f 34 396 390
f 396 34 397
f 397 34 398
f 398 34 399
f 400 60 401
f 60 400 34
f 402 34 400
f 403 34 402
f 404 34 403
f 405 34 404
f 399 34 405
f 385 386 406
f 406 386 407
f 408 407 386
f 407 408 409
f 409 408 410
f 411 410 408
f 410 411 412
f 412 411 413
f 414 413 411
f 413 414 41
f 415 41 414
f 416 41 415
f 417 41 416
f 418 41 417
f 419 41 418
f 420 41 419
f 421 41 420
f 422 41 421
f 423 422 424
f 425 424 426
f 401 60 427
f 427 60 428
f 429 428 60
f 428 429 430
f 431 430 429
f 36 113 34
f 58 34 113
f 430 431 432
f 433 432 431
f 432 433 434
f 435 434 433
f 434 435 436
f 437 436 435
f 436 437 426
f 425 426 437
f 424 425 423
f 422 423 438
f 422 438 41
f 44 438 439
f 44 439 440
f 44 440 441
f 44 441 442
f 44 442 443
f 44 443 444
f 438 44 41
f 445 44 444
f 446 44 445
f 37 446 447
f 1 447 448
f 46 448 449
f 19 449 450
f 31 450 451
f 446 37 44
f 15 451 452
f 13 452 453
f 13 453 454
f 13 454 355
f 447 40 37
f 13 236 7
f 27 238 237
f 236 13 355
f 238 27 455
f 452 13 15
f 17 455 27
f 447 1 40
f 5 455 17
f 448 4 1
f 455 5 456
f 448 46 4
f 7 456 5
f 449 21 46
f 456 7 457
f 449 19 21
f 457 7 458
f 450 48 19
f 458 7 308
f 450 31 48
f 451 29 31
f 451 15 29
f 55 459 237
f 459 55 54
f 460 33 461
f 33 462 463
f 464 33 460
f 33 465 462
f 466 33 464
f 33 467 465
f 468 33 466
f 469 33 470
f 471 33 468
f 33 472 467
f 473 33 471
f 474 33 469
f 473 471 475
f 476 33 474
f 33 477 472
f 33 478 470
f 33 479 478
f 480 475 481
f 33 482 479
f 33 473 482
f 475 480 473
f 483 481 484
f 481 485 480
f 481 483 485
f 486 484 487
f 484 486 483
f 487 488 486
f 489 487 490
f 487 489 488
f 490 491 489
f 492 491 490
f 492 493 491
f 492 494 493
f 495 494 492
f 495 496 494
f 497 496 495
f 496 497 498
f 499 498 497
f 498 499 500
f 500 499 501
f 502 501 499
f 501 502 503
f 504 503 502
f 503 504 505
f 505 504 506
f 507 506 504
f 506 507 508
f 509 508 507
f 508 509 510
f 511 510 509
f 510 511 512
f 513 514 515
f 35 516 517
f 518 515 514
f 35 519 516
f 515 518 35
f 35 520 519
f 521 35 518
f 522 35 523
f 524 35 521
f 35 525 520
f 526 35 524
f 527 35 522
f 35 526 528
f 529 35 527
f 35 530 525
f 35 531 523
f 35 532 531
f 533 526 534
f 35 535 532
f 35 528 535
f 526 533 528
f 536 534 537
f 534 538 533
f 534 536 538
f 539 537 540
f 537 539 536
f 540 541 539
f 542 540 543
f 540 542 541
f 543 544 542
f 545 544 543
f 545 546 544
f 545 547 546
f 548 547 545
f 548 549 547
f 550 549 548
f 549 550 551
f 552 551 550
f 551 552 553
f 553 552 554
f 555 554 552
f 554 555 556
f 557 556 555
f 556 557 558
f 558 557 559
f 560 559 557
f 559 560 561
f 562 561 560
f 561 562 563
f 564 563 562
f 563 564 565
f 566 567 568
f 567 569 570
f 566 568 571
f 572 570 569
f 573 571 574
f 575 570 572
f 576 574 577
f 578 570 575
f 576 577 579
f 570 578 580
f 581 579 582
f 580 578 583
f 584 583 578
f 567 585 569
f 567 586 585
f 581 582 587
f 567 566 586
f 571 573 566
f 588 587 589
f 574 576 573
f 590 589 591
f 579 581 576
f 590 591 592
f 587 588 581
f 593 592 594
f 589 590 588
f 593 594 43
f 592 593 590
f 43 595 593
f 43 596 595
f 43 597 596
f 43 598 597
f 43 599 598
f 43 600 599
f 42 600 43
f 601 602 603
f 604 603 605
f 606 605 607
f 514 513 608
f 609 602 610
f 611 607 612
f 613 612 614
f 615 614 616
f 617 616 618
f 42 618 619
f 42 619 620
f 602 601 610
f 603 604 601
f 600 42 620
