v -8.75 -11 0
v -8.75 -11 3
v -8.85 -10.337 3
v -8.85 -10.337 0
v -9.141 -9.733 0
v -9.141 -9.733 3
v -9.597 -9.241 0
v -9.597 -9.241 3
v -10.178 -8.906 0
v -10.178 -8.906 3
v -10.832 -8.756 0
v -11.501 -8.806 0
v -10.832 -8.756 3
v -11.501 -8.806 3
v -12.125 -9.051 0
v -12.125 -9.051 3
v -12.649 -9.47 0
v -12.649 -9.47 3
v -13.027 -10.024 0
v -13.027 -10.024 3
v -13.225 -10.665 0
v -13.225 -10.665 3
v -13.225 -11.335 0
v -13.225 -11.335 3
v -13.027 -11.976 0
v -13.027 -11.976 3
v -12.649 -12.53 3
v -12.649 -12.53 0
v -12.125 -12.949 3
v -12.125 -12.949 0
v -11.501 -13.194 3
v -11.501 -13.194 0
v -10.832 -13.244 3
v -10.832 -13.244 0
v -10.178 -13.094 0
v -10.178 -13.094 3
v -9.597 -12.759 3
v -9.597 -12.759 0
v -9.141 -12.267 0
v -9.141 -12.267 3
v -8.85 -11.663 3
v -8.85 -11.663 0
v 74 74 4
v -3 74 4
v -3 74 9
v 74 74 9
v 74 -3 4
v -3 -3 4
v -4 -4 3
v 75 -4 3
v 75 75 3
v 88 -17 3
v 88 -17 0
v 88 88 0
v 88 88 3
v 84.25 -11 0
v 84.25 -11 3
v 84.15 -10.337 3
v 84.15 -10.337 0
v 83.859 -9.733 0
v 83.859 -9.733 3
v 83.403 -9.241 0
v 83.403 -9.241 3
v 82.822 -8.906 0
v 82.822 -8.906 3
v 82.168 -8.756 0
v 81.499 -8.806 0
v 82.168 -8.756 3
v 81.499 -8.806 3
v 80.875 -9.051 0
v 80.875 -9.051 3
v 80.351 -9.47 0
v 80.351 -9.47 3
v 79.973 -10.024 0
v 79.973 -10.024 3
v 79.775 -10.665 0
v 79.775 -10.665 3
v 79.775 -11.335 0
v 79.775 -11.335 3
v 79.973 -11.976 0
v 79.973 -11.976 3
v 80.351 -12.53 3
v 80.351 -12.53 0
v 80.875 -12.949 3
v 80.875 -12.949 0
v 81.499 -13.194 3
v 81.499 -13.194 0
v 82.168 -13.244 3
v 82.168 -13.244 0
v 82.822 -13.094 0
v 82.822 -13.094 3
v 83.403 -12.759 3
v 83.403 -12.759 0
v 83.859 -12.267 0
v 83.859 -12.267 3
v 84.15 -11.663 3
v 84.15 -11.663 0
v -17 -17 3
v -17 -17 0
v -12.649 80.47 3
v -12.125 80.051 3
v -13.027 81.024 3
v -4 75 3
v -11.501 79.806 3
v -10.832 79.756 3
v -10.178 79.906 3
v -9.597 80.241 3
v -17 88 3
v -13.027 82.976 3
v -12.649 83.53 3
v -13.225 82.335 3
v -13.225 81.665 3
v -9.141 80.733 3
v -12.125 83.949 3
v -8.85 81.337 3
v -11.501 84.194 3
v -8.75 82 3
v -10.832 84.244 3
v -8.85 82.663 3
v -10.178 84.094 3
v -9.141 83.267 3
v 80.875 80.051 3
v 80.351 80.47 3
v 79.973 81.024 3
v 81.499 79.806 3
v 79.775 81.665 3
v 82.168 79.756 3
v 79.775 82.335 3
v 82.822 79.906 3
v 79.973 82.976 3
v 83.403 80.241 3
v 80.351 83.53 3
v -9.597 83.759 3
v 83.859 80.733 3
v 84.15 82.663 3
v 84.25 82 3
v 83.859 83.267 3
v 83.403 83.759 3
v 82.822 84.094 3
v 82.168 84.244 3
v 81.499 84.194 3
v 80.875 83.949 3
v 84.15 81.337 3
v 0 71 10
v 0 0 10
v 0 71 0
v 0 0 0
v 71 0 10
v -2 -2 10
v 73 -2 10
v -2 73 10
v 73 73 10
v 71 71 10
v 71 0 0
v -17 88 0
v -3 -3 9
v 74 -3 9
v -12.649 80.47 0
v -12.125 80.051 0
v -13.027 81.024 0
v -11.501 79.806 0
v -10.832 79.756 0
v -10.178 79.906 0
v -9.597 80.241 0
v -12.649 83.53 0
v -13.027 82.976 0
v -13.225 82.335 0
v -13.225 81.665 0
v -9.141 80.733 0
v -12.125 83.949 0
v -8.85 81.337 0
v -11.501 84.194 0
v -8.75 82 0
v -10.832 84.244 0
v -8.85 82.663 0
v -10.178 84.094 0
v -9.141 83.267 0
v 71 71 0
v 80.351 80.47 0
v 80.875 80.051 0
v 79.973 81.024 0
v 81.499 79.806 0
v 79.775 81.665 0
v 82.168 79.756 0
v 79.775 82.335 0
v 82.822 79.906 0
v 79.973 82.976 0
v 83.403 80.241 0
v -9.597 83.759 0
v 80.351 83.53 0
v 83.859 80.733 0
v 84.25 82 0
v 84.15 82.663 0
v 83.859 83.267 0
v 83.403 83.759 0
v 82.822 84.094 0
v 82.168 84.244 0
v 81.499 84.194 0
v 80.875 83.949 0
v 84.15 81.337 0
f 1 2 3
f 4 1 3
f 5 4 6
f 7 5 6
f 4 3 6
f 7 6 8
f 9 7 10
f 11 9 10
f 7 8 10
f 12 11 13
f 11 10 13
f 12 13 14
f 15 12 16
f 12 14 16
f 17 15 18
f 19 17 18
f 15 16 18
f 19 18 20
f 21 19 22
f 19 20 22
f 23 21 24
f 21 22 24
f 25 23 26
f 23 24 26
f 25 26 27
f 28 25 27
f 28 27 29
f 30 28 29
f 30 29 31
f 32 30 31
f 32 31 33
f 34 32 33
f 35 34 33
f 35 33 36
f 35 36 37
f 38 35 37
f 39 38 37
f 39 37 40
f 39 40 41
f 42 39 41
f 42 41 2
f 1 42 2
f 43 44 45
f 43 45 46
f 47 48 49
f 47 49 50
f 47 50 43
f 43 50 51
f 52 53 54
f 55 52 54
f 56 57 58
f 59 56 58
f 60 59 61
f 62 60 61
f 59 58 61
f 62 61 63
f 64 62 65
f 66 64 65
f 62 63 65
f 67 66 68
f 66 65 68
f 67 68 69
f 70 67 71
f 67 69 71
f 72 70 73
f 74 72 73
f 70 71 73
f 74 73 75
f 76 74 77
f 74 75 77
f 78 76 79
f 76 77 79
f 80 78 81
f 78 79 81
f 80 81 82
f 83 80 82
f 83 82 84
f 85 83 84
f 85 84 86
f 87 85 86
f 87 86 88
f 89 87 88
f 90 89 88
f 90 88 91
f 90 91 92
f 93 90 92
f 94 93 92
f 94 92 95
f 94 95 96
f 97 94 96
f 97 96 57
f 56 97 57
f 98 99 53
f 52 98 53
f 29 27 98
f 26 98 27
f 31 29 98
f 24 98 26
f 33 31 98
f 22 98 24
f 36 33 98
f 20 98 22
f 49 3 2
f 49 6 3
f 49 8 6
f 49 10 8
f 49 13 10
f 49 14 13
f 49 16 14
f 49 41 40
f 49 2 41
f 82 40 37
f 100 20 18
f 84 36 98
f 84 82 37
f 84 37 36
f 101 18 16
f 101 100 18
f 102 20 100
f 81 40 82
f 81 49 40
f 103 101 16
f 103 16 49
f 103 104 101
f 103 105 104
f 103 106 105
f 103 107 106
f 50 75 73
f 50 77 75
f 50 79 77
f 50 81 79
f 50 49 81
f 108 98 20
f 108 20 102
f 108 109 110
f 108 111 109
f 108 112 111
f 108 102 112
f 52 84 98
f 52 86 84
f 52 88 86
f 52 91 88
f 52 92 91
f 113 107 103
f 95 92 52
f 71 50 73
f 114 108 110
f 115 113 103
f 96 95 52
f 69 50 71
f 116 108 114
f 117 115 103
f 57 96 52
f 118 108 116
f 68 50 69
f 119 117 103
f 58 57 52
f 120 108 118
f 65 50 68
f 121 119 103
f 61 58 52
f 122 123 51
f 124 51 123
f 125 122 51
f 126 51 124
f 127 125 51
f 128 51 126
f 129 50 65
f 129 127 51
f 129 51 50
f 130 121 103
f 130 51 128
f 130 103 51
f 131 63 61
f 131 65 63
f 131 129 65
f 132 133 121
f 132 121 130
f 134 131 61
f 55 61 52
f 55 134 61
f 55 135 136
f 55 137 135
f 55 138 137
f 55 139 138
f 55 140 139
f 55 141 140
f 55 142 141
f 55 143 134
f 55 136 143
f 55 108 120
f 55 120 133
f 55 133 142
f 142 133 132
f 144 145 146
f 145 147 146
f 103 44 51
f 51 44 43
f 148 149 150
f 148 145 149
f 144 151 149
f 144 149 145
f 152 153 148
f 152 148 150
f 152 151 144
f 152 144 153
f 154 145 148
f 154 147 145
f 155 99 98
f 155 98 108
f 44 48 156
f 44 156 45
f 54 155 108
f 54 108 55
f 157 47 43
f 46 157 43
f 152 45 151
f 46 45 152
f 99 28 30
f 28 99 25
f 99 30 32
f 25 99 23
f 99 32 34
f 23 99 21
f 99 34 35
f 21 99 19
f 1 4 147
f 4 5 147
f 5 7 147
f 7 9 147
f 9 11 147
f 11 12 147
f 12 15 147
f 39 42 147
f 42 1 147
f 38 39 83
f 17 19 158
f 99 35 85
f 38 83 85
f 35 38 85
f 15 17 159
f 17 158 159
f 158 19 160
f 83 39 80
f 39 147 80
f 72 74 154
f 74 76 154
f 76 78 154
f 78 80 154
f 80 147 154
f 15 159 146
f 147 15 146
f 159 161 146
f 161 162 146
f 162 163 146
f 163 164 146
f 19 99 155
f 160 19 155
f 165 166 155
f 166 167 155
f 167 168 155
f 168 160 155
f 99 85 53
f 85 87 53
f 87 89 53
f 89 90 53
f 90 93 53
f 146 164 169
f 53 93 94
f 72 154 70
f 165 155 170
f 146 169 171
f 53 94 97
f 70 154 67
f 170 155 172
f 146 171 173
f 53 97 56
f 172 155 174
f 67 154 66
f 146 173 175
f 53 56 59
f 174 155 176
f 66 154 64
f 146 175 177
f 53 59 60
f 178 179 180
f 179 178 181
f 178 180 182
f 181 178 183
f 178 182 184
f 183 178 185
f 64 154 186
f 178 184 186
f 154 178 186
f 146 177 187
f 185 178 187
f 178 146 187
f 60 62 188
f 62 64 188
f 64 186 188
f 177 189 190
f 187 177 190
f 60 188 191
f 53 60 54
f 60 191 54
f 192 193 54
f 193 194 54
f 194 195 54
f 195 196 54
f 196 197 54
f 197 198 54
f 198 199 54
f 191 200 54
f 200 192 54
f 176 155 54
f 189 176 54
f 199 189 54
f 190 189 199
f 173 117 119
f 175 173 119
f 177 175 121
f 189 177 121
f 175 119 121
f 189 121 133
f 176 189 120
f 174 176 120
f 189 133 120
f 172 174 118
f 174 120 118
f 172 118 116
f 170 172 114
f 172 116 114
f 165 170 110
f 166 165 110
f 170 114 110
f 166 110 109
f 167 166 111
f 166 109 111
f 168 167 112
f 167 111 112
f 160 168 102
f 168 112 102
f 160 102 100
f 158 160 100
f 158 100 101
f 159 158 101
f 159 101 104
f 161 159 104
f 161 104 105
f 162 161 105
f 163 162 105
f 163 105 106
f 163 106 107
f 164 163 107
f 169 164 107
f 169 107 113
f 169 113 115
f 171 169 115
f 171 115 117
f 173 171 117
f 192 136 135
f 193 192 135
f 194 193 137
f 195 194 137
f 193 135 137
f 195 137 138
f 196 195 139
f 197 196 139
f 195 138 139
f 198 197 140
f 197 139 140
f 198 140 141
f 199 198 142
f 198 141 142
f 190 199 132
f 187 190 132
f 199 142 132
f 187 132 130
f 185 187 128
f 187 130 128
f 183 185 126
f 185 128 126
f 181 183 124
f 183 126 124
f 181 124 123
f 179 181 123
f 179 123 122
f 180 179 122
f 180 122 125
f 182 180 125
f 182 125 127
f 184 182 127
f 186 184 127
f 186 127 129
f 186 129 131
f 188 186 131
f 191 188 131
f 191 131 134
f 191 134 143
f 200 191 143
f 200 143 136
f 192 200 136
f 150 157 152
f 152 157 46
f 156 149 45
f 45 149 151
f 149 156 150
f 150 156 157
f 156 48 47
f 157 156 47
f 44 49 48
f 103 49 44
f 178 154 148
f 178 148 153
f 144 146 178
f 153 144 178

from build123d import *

# Parameters (mm, degrees)
SKETCH_1_W          = 105
SKETCH_1_H          = 105
SKETCH_1_W_2        = 71
SKETCH_1_H_2        = 71
EXTRUDE_1_DEPTH     = 3
SKETCH_2_W          = 77
SKETCH_2_H          = 77
SKETCH_2_W_2        = 71
SKETCH_2_H_2        = 71
EXTRUDE_2_DEPTH     = 7
CHAMFER_1_SIZE      = 1
SKETCH_4_R          = 2.25
CUT_EXTRUDE_1_DEPTH = 4


with BuildPart() as part:
    # Эскиз1 → Бобышка-Вытянуть1 (new body)
    with BuildSketch(Plane.XY):
        with Locations((35.5, 35.5)):
            Rectangle(SKETCH_1_W, SKETCH_1_H)
        with Locations((35.5, 35.5)):
            Rectangle(SKETCH_1_W_2, SKETCH_1_H_2, mode=Mode.SUBTRACT)
    extrude(amount=EXTRUDE_1_DEPTH)

    # Эскиз2 → Бобышка-Вытянуть2 (add)
    with BuildSketch(Plane.XY.offset(3)):
        with Locations((35.5, 35.5)):
            Rectangle(SKETCH_2_W, SKETCH_2_H)
        with Locations((35.5, 35.5)):
            Rectangle(SKETCH_2_W_2, SKETCH_2_H_2, mode=Mode.SUBTRACT)
    extrude(amount=EXTRUDE_2_DEPTH)

    # Фаска1
    chamfer_1_edges = [part.edges().sort_by_distance(p)[0] for p in [
        (-3, 35.5, 10),
        (35.5, -3, 10),
        (74, 35.5, 10),
        (35.5, 74, 10),
        (-3, 35.5, 3),
        (35.5, -3, 3),
        (74, 35.5, 3),
        (35.5, 74, 3),
    ]]
    chamfer(chamfer_1_edges, length=CHAMFER_1_SIZE)

    # Эскиз4 → Вырез-Вытянуть1 (cut, through all)
    with BuildSketch(Plane.XY.offset(3)):
        with Locations((-11, 82)):
            Circle(SKETCH_4_R)
        with Locations((82, 82)):
            Circle(SKETCH_4_R)
        with Locations((82, -11)):
            Circle(SKETCH_4_R)
        with Locations((-11, -11)):
            Circle(SKETCH_4_R)
    extrude(amount=-CUT_EXTRUDE_1_DEPTH, mode=Mode.SUBTRACT)


solid = part.part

****************

## Requirement
Copy verbatim, from the listing above, each line from the one containing "f 486 484 487" down to the one containing "f 567 569 570", inclusive.

## Task answer
f 486 484 487
f 484 486 483
f 487 488 486
f 489 487 490
f 487 489 488
f 490 491 489
f 492 491 490
f 492 493 491
f 492 494 493
f 495 494 492
f 495 496 494
f 497 496 495
f 496 497 498
f 499 498 497
f 498 499 500
f 500 499 501
f 502 501 499
f 501 502 503
f 504 503 502
f 503 504 505
f 505 504 506
f 507 506 504
f 506 507 508
f 509 508 507
f 508 509 510
f 511 510 509
f 510 511 512
f 513 514 515
f 35 516 517
f 518 515 514
f 35 519 516
f 515 518 35
f 35 520 519
f 521 35 518
f 522 35 523
f 524 35 521
f 35 525 520
f 526 35 524
f 527 35 522
f 35 526 528
f 529 35 527
f 35 530 525
f 35 531 523
f 35 532 531
f 533 526 534
f 35 535 532
f 35 528 535
f 526 533 528
f 536 534 537
f 534 538 533
f 534 536 538
f 539 537 540
f 537 539 536
f 540 541 539
f 542 540 543
f 540 542 541
f 543 544 542
f 545 544 543
f 545 546 544
f 545 547 546
f 548 547 545
f 548 549 547
f 550 549 548
f 549 550 551
f 552 551 550
f 551 552 553
f 553 552 554
f 555 554 552
f 554 555 556
f 557 556 555
f 556 557 558
f 558 557 559
f 560 559 557
f 559 560 561
f 562 561 560
f 561 562 563
f 564 563 562
f 563 564 565
f 566 567 568
f 567 569 570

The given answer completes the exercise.